Create `notes/ethics-summary.md`:

```markdown
# Ethics/Governance Document Summary

**Source**: [filename]
**Extracted**: [timestamp]

## Study Identification
- **Protocol Title**: [extracted or "[not found]"]
- **Approval Number**: [extracted or "[not found]"]
- **Approving Body**: [IRB, IACUC, Ethics Committee, etc.]
- **Principal Investigator**: [extracted or "[not found]"]
- **Approval Date**: [extracted or "[not found]"]

## Study Design
- **Study Type**: [interventional/observational/retrospective/computational/etc.]
- **Design**: [RCT, cohort, case-control, cross-sectional, simulation, etc.]
- **Duration**: [study period]

## Population/Subjects
- **Target Population**: [description]
- **Inclusion Criteria**:
  - [criterion 1]
  - [criterion 2]
  - ...
- **Exclusion Criteria**:
  - [criterion 1]
  - [criterion 2]
  - ...
- **Sample Size**: [N with justification if provided]

## Procedures & Interventions
- [Procedure 1]
- [Procedure 2]
- ...

## Endpoints/Outcomes
- **Primary**: [endpoint]
- **Secondary**: [endpoints]

## Statistical Considerations
- **Power Analysis**: [if provided or "[not found]"]
- **Planned Analyses**: [if provided or "[not found]"]

## Notes
[Any additional relevant context, caveats, or sections that were unclear]
```

Mark fields as `[not found]` if not present in the document.

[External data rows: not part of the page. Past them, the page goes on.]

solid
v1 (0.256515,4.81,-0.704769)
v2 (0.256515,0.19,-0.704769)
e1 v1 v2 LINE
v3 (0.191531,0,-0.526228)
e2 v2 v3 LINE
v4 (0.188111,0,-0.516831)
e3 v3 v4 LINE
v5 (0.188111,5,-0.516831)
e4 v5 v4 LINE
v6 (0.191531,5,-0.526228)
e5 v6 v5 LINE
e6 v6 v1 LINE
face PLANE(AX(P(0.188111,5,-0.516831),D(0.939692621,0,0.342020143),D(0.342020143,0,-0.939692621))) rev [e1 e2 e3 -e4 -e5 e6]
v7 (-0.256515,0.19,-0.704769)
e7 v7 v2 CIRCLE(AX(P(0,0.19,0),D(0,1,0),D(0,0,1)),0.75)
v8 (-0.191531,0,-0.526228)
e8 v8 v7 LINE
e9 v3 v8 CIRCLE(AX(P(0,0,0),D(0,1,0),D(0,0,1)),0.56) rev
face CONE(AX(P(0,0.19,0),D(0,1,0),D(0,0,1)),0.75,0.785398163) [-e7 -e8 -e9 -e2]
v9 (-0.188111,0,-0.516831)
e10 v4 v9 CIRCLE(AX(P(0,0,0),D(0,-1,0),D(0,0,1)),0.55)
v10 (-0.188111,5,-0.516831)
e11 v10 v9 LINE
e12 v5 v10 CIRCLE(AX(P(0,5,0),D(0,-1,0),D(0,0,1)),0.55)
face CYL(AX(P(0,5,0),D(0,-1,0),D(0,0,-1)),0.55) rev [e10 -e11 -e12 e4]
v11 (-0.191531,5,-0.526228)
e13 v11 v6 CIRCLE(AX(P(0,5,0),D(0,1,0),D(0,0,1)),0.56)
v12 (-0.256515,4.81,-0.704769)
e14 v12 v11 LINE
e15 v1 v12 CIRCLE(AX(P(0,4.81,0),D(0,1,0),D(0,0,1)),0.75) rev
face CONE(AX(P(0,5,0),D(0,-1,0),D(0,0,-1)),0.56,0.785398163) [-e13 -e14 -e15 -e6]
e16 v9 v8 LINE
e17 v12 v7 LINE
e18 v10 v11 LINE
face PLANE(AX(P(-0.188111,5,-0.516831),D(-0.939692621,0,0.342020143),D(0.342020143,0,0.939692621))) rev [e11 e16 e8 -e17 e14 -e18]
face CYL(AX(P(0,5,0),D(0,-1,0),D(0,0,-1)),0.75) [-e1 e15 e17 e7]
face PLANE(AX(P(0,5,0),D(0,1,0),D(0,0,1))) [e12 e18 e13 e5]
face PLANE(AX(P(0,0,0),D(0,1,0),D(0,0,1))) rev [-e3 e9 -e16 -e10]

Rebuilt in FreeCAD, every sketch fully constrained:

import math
import FreeCAD as App
import Part
import Sketcher
from FreeCAD import Vector
Q = App.Units.Quantity


def edges_at(feature, points):
    """Names of the edges that pass closest to the given points."""
    edges = feature.Shape.Edges
    near = lambda p: min(range(len(edges)), key=lambda i: edges[i].distToShape(Part.Vertex(*p))[0])
    return sorted({f"Edge{near(p) + 1}" for p in points})

doc = App.newDocument("Part")
body = doc.addObject("PartDesign::Body", "Body")

# Sketch on XZ plane
sketch1 = body.newObject("Sketcher::SketchObject", "Sketch")
sketch1.AttachmentSupport = (doc.getObject("XZ_Plane"), [""])
sketch1.MapMode = "FlatFace"
sketch1.addGeometry(Part.LineSegment(Vector(0.26, -0.7, 0), Vector(0.19, -0.52, 0)), False)
sketch1.addGeometry(Part.ArcOfCircle(Part.Circle(Vector(0, 0, 0), Vector(0, 0, 1), 0.55), math.radians(-70), math.radians(250)), False)
sketch1.addGeometry(Part.LineSegment(Vector(-0.19, -0.52, 0), Vector(-0.26, -0.7, 0)), False)
sketch1.addGeometry(Part.ArcOfCircle(Part.Circle(Vector(0, 0, 0), Vector(0, 0, 1), 0.75), math.radians(-70), math.radians(250)), False)
sketch1.addConstraint(Sketcher.Constraint("Coincident", 0, 2, 1, 1))
sketch1.addConstraint(Sketcher.Constraint("Coincident", 1, 2, 2, 1))
sketch1.addConstraint(Sketcher.Constraint("Coincident", 2, 2, 3, 2))
sketch1.addConstraint(Sketcher.Constraint("Coincident", 3, 1, 0, 1))
sketch1.addConstraint(Sketcher.Constraint("Coincident", 1, 3, -1, 1))
sketch1.addConstraint(Sketcher.Constraint("Coincident", 3, 3, -1, 1))
sketch1.addConstraint(Sketcher.Constraint("Horizontal", 0, 2, 1, 2))
sketch1.addConstraint(Sketcher.Constraint("Horizontal", 2, 2, 3, 1))
sketch1.addConstraint(Sketcher.Constraint("Angle", 0, Q("110 deg")))
sketch1.addConstraint(Sketcher.Constraint("Radius", 1, Q("0.55 mm")))
sketch1.addConstraint(Sketcher.Constraint("Radius", 3, Q("0.75 mm")))
sketch1.addConstraint(Sketcher.Constraint("DistanceX", -1, 1, 0, 2, Q("0.188111 mm")))
pad1 = body.newObject("PartDesign::Pad", "Pad")
pad1.Profile = sketch1
pad1.Length = 5
pad1.Reversed = True
doc.recompute()

chamfer = body.newObject("PartDesign::Chamfer", "Chamfer")
chamfer.Base = (pad1, edges_at(pad1, [(0, 5, 0.75), (0, 0, 0.75)]))
chamfer.Size = 0.19

doc.recompute()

## Step 6: Generate inventory.md

Create structured inventory document:

```markdown
# Project Inventory

Generated: [timestamp]
Project: [folder name]

## Configuration

- **GitHub**: [url] (branch: [branch])
- **Target Journal**: [journal]
- **Word Limit**: [limit]
- **Citation Style**: [style]

## Papers ([count] files)

| Filename | Size | Notes |
|----------|------|-------|
| smith-2023.pdf | 1.2 MB | |
| jones-2022.pdf | 0.8 MB | |

## Data ([count] files)

| Filename | Size | Rows | Columns | Preview |
|----------|------|------|---------|---------|
| results.csv | 45 KB | 156 | 12 | patient_id, age, sex, ... |
| demographics.csv | 12 KB | 156 | 8 | patient_id, age, sex, ... |

## Figures ([count] files)

| Filename | Dimensions | Size |
|----------|------------|------|
| figure1.png | 1200x800 | 340 KB |
| figure2.png | 1000x600 | 210 KB |

## Code Repository

- **URL**: [github url]
- **Language**: Python
- **Key Files**:
  - `analysis.ipynb` - Main analysis notebook
  - `preprocessing.py` - Data preprocessing
  - `models.py` - ML models
- **Dependencies**: pandas, scikit-learn, matplotlib, ...

## Ethics Documents

| Filename | Format | Status |
|----------|--------|--------|
| protocol.pdf | PDF | ✓ Extracted to notes/ethics-summary.md |

*Or: "No ethics documents provided"*

## Summary

| Category | Count | Status |
|----------|-------|--------|
| Papers | [n] | ✓ Ready |
| Data files | [n] | ✓ Ready |
| Figures | [n] | ✓ Ready |
| Code repo | 1 | ✓ Cloned |
| Ethics documents | [n] | ✓ Extracted / Not provided |

## Missing/Warnings

- [List any issues found]
```

## Output

Save to: `project/inventory.md`

Create notes directory structure:

```bash
mkdir -p notes/papers notes/papers-library drafts
```

Return to parent skill with inventory summary.